Within a few short years, Halloween focus shifted dramatically from costumes to candy.  When I was in the seventh grade (surely too old to be trick or treating), the goal was solely candy accumulation.  I remember going to my best friend Ryan’s house before we headed out to find him costume-less.  This wouldn’t do.  I already felt a little guilty about defrauding neighbours out the candy surely reserved for smaller and cuter children, but to do it without the pretext of a costume just felt wrong.  So Ryan found some crayons and drew a few random lines on his face.  “Boo, I’m scary,” he said in his flat monotone. “Roar.”  That was good enough for me.

Now, of course, Halloween’s emphasis returns to the costume, and the strength of that costume lies in its irony.  If I were to go as a Monster today, I’d have to dress as Gargamel from the Smurfs, or a member of the Tea Party movement.  My past attempts at funny costumes have been miserable failures.  One year I went as Andy Warhol, which involved dying my hair white and carrying a can of soup.  Nobody got it.  Then I went as my own twin brother, which involved dying my hair black, wearing a jean jacket (which I would never wear–that’s the joke!) and saying things like, “Where’s James?  Was he just here?”  Nobody got it.  Another time I went as Your Dad which involved dying my hair gray and wearing sensible slacks and disapproving of everything.  Then people would go, “What are you supposed to be?” and I’d say, “Oh, I’m your Dad.”  Nobody got it.  Some people get the funny costume absolutely right, though.  My coworker Jennifer will be hitting Halloween parties this year as the board game Trouble.  She’s sewing the coloured patches onto her clothes and wearing the dome thing you pop as a little hat.  Plus, she’ll send a friend in ahead of her so when she walks into the party someone can yell, “Here comes Trouble!”  That’s brilliant!  I have a few ideas for costumes this year, but no idea how to execute them.  For instance:

-I would need to ascend into every party through a hole in the floor, or else be able to crouch really low to the ground and then slowly stand up in this tube-thing.  Then I would walk out of the tube thing and hug everybody and cry.  That’s my Chilean miner costume.

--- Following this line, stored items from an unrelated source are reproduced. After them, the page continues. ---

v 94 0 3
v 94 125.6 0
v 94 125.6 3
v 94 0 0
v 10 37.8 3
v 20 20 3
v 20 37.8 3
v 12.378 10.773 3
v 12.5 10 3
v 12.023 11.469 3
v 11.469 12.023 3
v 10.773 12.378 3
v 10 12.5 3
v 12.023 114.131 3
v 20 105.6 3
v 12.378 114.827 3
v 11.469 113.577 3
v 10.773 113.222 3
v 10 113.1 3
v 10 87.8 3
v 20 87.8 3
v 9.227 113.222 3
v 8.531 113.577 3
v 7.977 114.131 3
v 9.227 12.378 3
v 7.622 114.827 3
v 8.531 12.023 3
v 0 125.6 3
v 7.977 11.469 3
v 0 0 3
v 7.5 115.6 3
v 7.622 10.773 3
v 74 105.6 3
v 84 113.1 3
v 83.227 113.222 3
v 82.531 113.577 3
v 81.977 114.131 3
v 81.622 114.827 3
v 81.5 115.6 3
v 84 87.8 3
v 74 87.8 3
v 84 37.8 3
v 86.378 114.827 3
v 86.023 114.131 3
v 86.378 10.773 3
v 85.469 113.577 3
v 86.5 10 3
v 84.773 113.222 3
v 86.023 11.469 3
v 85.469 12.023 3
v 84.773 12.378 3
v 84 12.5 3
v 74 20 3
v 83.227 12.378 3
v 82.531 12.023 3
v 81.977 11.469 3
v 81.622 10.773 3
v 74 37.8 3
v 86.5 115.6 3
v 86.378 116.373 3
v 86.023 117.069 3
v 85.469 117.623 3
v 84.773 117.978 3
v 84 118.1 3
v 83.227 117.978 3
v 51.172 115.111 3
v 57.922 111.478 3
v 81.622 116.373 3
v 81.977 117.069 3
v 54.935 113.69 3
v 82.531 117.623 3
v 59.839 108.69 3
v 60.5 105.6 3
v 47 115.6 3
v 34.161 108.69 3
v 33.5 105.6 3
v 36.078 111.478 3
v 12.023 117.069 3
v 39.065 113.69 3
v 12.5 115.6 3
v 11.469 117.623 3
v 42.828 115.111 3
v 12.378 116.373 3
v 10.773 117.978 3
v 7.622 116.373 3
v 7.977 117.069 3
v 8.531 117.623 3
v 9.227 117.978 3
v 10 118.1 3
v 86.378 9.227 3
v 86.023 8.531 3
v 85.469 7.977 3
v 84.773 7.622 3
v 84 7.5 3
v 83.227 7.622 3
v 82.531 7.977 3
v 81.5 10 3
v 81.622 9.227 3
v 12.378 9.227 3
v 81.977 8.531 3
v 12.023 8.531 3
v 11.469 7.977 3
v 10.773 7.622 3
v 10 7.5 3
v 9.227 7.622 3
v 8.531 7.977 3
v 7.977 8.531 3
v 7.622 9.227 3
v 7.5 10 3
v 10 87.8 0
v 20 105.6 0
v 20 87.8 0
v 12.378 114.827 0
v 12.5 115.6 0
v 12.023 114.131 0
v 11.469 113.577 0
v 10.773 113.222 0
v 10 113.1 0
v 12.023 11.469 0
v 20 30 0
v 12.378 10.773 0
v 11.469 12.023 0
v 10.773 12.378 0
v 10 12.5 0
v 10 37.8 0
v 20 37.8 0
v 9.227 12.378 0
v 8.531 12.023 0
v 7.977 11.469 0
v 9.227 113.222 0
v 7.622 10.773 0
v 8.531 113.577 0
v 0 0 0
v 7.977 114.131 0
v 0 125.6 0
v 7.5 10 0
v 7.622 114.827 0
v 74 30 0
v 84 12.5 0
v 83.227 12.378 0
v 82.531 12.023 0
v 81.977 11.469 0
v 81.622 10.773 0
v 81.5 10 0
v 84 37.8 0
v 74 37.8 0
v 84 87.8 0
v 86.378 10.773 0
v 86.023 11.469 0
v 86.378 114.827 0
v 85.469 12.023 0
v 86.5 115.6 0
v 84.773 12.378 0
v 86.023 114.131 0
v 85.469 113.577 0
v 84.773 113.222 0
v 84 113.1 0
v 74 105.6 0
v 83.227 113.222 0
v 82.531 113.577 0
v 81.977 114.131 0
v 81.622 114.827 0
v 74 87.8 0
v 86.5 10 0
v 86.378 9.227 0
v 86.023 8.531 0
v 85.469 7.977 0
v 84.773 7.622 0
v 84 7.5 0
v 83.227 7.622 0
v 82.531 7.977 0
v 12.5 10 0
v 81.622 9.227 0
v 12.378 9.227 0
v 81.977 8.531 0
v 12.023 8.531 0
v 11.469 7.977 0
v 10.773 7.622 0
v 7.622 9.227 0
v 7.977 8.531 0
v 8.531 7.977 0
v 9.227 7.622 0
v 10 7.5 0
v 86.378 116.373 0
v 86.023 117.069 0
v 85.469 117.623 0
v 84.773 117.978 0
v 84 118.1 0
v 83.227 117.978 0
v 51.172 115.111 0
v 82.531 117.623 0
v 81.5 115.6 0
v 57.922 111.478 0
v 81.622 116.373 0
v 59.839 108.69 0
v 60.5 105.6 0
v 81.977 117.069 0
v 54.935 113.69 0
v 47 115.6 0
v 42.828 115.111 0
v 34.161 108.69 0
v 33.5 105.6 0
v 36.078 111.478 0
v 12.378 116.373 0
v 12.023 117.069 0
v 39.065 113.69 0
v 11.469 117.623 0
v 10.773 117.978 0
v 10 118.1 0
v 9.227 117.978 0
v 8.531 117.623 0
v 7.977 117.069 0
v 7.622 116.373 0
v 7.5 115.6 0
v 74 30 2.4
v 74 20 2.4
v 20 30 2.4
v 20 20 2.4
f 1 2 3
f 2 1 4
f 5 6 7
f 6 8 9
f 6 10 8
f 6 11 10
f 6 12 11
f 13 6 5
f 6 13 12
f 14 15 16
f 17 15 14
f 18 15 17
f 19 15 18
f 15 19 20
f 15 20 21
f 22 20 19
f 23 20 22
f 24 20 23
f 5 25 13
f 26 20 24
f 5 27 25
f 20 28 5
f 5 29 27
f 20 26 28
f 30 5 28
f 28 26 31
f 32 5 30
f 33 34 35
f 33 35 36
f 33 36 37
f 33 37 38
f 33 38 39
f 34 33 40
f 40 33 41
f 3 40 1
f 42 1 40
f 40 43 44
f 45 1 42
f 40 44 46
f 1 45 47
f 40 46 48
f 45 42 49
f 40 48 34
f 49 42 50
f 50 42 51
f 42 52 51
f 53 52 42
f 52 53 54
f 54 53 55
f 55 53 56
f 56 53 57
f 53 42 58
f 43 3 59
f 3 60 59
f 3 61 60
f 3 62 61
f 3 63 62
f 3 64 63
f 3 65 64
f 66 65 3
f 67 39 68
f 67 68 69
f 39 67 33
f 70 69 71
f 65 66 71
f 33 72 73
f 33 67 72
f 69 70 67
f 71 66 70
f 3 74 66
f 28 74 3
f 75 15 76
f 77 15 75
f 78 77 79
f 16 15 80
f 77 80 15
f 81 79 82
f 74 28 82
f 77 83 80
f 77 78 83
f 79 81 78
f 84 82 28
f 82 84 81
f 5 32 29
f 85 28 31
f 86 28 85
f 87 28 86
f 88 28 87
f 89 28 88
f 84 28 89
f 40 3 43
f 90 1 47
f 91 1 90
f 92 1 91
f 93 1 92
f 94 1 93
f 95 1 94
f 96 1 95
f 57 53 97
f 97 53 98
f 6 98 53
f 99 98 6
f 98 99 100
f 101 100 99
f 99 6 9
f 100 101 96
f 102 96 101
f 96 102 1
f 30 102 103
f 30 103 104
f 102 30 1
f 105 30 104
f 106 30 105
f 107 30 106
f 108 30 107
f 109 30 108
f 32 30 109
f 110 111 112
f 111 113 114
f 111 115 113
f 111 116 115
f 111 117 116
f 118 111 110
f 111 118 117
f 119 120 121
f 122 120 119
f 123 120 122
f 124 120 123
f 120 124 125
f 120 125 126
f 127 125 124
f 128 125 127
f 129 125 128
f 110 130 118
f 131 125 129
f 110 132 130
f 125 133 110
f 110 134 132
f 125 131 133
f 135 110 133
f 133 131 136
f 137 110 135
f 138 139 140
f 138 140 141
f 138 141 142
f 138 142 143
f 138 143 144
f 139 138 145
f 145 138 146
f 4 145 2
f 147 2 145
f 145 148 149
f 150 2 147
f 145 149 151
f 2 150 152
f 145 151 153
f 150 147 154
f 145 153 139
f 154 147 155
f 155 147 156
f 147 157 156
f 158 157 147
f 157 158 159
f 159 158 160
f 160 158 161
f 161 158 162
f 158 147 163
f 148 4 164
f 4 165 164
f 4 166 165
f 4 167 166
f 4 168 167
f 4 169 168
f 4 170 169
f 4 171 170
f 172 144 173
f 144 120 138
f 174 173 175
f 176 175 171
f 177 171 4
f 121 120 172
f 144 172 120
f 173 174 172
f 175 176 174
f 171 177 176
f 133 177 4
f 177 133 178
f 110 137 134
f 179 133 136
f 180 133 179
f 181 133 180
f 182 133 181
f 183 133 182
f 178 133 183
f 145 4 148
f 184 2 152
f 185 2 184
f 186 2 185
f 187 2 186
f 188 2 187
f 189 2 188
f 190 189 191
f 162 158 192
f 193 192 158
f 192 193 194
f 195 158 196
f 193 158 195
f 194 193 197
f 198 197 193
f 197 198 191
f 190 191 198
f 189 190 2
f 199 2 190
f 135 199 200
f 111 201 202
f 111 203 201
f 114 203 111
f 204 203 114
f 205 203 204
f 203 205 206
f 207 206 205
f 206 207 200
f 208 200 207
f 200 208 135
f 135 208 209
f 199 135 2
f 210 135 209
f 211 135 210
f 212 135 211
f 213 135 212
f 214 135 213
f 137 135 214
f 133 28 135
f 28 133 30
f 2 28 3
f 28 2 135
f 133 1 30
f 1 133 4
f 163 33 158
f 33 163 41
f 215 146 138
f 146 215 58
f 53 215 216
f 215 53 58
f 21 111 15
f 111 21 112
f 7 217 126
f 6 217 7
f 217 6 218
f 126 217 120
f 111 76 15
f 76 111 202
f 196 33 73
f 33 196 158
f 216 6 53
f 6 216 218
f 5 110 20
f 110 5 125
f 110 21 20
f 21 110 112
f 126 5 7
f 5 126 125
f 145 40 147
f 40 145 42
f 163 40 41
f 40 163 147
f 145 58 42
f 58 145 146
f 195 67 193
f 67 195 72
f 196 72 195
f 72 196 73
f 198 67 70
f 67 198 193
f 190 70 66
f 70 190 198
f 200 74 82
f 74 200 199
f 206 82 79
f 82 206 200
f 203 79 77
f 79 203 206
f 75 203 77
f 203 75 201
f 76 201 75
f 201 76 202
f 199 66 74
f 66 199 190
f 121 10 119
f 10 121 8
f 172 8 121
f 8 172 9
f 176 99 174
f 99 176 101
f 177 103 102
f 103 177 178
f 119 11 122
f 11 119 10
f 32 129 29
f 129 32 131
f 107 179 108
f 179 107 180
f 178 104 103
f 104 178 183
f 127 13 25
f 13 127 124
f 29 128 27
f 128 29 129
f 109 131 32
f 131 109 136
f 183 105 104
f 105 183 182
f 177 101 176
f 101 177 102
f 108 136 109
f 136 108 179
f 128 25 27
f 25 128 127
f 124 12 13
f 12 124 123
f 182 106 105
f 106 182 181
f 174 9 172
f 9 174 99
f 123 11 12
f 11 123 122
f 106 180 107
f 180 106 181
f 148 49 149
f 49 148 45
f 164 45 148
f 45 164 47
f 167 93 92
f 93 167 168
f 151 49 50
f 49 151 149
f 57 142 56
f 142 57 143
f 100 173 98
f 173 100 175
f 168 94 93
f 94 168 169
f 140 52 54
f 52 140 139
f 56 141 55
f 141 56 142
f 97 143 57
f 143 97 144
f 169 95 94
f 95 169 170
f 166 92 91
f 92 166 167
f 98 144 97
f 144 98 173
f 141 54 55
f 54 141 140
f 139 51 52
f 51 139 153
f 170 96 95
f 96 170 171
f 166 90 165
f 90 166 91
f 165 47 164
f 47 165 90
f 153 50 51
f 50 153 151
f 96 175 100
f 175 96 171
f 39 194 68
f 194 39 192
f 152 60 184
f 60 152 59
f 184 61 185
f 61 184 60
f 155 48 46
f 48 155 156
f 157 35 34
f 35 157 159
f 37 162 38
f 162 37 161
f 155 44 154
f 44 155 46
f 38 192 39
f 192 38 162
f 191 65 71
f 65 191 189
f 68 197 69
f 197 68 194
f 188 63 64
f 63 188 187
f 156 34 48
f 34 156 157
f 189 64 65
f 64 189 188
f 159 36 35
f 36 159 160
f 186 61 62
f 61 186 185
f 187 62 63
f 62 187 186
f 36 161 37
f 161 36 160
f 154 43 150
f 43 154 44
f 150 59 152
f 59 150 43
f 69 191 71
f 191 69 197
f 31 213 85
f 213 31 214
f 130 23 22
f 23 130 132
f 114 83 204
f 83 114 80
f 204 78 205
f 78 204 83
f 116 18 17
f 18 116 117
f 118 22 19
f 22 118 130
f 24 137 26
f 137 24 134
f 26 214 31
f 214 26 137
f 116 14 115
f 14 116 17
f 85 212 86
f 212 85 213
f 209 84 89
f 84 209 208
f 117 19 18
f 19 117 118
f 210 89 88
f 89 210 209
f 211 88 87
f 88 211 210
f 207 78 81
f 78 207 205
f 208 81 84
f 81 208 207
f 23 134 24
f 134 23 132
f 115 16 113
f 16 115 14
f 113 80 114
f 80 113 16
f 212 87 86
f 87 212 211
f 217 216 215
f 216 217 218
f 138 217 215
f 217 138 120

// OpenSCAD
/* Width of flaps */
CARD_WIDTH = 54;
/* Height of flaps */
CARD_HEIGHT = 85.6;
/* Thickness of flaps */
CARD_THICKNESS = 0.6;

JIG_THICKNESS = 20;
JIG_OVERLAP = 10;
JIG_HEIGHT = 3;

MIDDLE_HEIGHT = 50;
MIDDLE_WIDTH = 10;

FINGER_DIAMETER = 20;

RETAINER_DEPTH = 10;

FULL_JIG_WIDTH = CARD_WIDTH + 2 * JIG_THICKNESS;
FULL_JIG_HEIGHT = CARD_HEIGHT + 2 * JIG_THICKNESS;

HOLE_DIAM = 5;
HOLE_OFFSET = 10;

$fn = 20;
difference() {
    cube([FULL_JIG_WIDTH, FULL_JIG_HEIGHT, JIG_HEIGHT]);
    translate([JIG_THICKNESS, JIG_THICKNESS, 0]) cube([CARD_WIDTH, CARD_HEIGHT, JIG_HEIGHT]);
    /* Side opening */
    translate([JIG_THICKNESS - MIDDLE_WIDTH, JIG_THICKNESS + CARD_HEIGHT/2 - MIDDLE_HEIGHT/2, 0]) cube([MIDDLE_WIDTH, MIDDLE_HEIGHT, JIG_HEIGHT]);
    
    translate([JIG_THICKNESS + CARD_WIDTH, JIG_THICKNESS + CARD_HEIGHT/2 - MIDDLE_HEIGHT/2, 0]) cube([MIDDLE_WIDTH, MIDDLE_HEIGHT, JIG_HEIGHT]);
    
    /* Finger thingy */
    translate([JIG_THICKNESS + CARD_WIDTH/2, CARD_HEIGHT + JIG_THICKNESS, 0]) resize([CARD_WIDTH/2, FINGER_DIAMETER], JIG_HEIGHT) cylinder(d = 1, h = JIG_HEIGHT);
    /* Holes */
    translate([HOLE_OFFSET, HOLE_OFFSET]) cylinder(d = HOLE_DIAM, h = JIG_THICKNESS);
    translate([FULL_JIG_WIDTH - HOLE_OFFSET, HOLE_OFFSET]) cylinder(d = HOLE_DIAM, h = JIG_THICKNESS);
    translate([FULL_JIG_WIDTH - HOLE_OFFSET, FULL_JIG_HEIGHT - HOLE_OFFSET]) cylinder(d = HOLE_DIAM, h = JIG_THICKNESS);
    translate([HOLE_OFFSET, FULL_JIG_HEIGHT - HOLE_OFFSET]) cylinder(d = HOLE_DIAM, h = JIG_THICKNESS);
}
/* Card Retainer */
translate([0, JIG_THICKNESS, 0]) cube([FULL_JIG_WIDTH, RETAINER_DEPTH, JIG_HEIGHT - CARD_THICKNESS]);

-I could be a Hoarders.  No idea what that entails except maybe standing outside the bar and whenever somebody comes outside with a drink in their hand or a smoke or something I could go, “What are you doing with that?  Are you throwing that away?  I haven’t had a chance to look at that yet!  Will you let me!?!?!” And have a meltdown.

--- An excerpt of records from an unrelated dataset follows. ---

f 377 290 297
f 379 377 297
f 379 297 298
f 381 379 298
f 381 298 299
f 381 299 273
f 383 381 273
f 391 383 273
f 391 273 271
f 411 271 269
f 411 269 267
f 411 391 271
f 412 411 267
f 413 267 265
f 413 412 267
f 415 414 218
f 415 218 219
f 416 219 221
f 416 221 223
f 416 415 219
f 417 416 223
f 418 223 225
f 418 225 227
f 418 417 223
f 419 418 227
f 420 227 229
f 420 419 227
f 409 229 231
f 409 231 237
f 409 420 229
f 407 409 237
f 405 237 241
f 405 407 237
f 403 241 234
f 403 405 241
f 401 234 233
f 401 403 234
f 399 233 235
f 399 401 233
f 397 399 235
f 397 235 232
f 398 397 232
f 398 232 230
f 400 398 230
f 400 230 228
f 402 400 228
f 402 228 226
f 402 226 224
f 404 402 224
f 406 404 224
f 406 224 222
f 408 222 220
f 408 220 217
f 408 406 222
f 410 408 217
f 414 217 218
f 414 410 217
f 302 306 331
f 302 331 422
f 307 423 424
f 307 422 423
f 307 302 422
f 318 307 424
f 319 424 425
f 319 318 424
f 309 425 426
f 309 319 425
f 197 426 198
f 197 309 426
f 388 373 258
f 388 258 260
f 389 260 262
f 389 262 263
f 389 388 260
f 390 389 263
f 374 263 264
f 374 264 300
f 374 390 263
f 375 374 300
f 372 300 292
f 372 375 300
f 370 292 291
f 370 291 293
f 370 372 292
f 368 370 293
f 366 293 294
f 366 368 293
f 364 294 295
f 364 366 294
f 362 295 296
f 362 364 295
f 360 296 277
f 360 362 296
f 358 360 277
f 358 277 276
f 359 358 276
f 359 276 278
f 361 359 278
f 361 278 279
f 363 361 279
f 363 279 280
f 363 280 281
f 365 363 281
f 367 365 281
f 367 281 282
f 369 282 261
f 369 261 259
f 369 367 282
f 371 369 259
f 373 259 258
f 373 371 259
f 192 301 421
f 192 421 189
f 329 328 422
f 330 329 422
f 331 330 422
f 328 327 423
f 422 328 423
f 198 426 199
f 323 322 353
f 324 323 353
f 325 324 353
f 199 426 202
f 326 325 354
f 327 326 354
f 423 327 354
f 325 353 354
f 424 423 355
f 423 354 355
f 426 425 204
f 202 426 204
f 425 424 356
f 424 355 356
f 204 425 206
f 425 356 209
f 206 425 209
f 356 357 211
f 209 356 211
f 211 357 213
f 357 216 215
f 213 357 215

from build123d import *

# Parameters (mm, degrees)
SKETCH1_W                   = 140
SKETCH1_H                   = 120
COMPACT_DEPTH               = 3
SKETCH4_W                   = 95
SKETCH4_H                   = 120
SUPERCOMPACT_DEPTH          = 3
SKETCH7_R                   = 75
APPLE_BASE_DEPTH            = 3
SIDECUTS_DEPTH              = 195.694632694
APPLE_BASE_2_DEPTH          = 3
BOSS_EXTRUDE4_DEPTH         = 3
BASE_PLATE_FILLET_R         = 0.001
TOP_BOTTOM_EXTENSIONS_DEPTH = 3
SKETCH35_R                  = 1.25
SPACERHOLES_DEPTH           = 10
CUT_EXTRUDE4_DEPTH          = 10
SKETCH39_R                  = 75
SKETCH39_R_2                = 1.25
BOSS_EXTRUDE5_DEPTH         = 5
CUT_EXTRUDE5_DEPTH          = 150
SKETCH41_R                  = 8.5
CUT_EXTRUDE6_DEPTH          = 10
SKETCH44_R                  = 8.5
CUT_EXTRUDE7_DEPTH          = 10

-Justin Bieber’s Dad.  I could put my hair in the Bieber swoop and enhance my gut with pillows or something.  Walk around with a triple x large Bieber t-shirt and carry a mug that says “Number One Dad.”  I somehow think the lesbians will have co-opted Bieber this year, and I don’t want to reign on their parade.  It’s like Harry Potter costumes; lesbians can pull that off extremely well, nobody else has a chance.

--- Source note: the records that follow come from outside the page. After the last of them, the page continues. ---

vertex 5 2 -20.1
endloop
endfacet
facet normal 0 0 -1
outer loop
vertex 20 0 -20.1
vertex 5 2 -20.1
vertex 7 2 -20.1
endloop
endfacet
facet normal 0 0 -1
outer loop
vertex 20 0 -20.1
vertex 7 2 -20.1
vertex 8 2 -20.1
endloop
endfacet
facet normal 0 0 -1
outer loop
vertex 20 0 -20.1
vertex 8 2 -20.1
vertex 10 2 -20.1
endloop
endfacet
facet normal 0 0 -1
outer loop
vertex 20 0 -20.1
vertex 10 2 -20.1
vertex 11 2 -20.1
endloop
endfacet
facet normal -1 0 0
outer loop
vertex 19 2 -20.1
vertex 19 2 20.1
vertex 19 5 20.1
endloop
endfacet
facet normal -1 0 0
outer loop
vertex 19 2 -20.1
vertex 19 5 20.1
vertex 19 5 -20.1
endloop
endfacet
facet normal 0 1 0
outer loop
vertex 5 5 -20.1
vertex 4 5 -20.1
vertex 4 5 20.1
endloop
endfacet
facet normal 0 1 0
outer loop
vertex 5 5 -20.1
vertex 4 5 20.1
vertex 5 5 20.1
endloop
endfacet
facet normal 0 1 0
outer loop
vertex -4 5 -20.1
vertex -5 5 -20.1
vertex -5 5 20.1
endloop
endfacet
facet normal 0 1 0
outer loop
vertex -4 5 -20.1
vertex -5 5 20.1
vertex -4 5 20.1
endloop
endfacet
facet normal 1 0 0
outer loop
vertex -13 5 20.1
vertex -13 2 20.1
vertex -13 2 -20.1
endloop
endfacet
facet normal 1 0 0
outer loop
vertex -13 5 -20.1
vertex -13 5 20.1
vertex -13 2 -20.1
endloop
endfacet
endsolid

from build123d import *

In truth, I probably won’t be hitting any Halloween parties this year.  I work late on the Saturday night and Jon won’t be home on the Sunday, so what’s the point?  Actually on the Sunday night, our landlady is having a party in the lobby for all the kids in the few buildings on our street.  Tenants are invited to come by to help out, pour juice and hand out pizza and, of course, candy.  I think I might do that.  Maybe my costume this year will be the weird guy from apartment eight who gives out candy to the children, which is not very impressive.  But maybe I’m at the point where it’s better to give our candy and compliments than it is to receive them.  That instead of making a slutty gay spectacle of myself, I go back to a simpler time where the best candy goes to the scariest roar from the littlest Monster.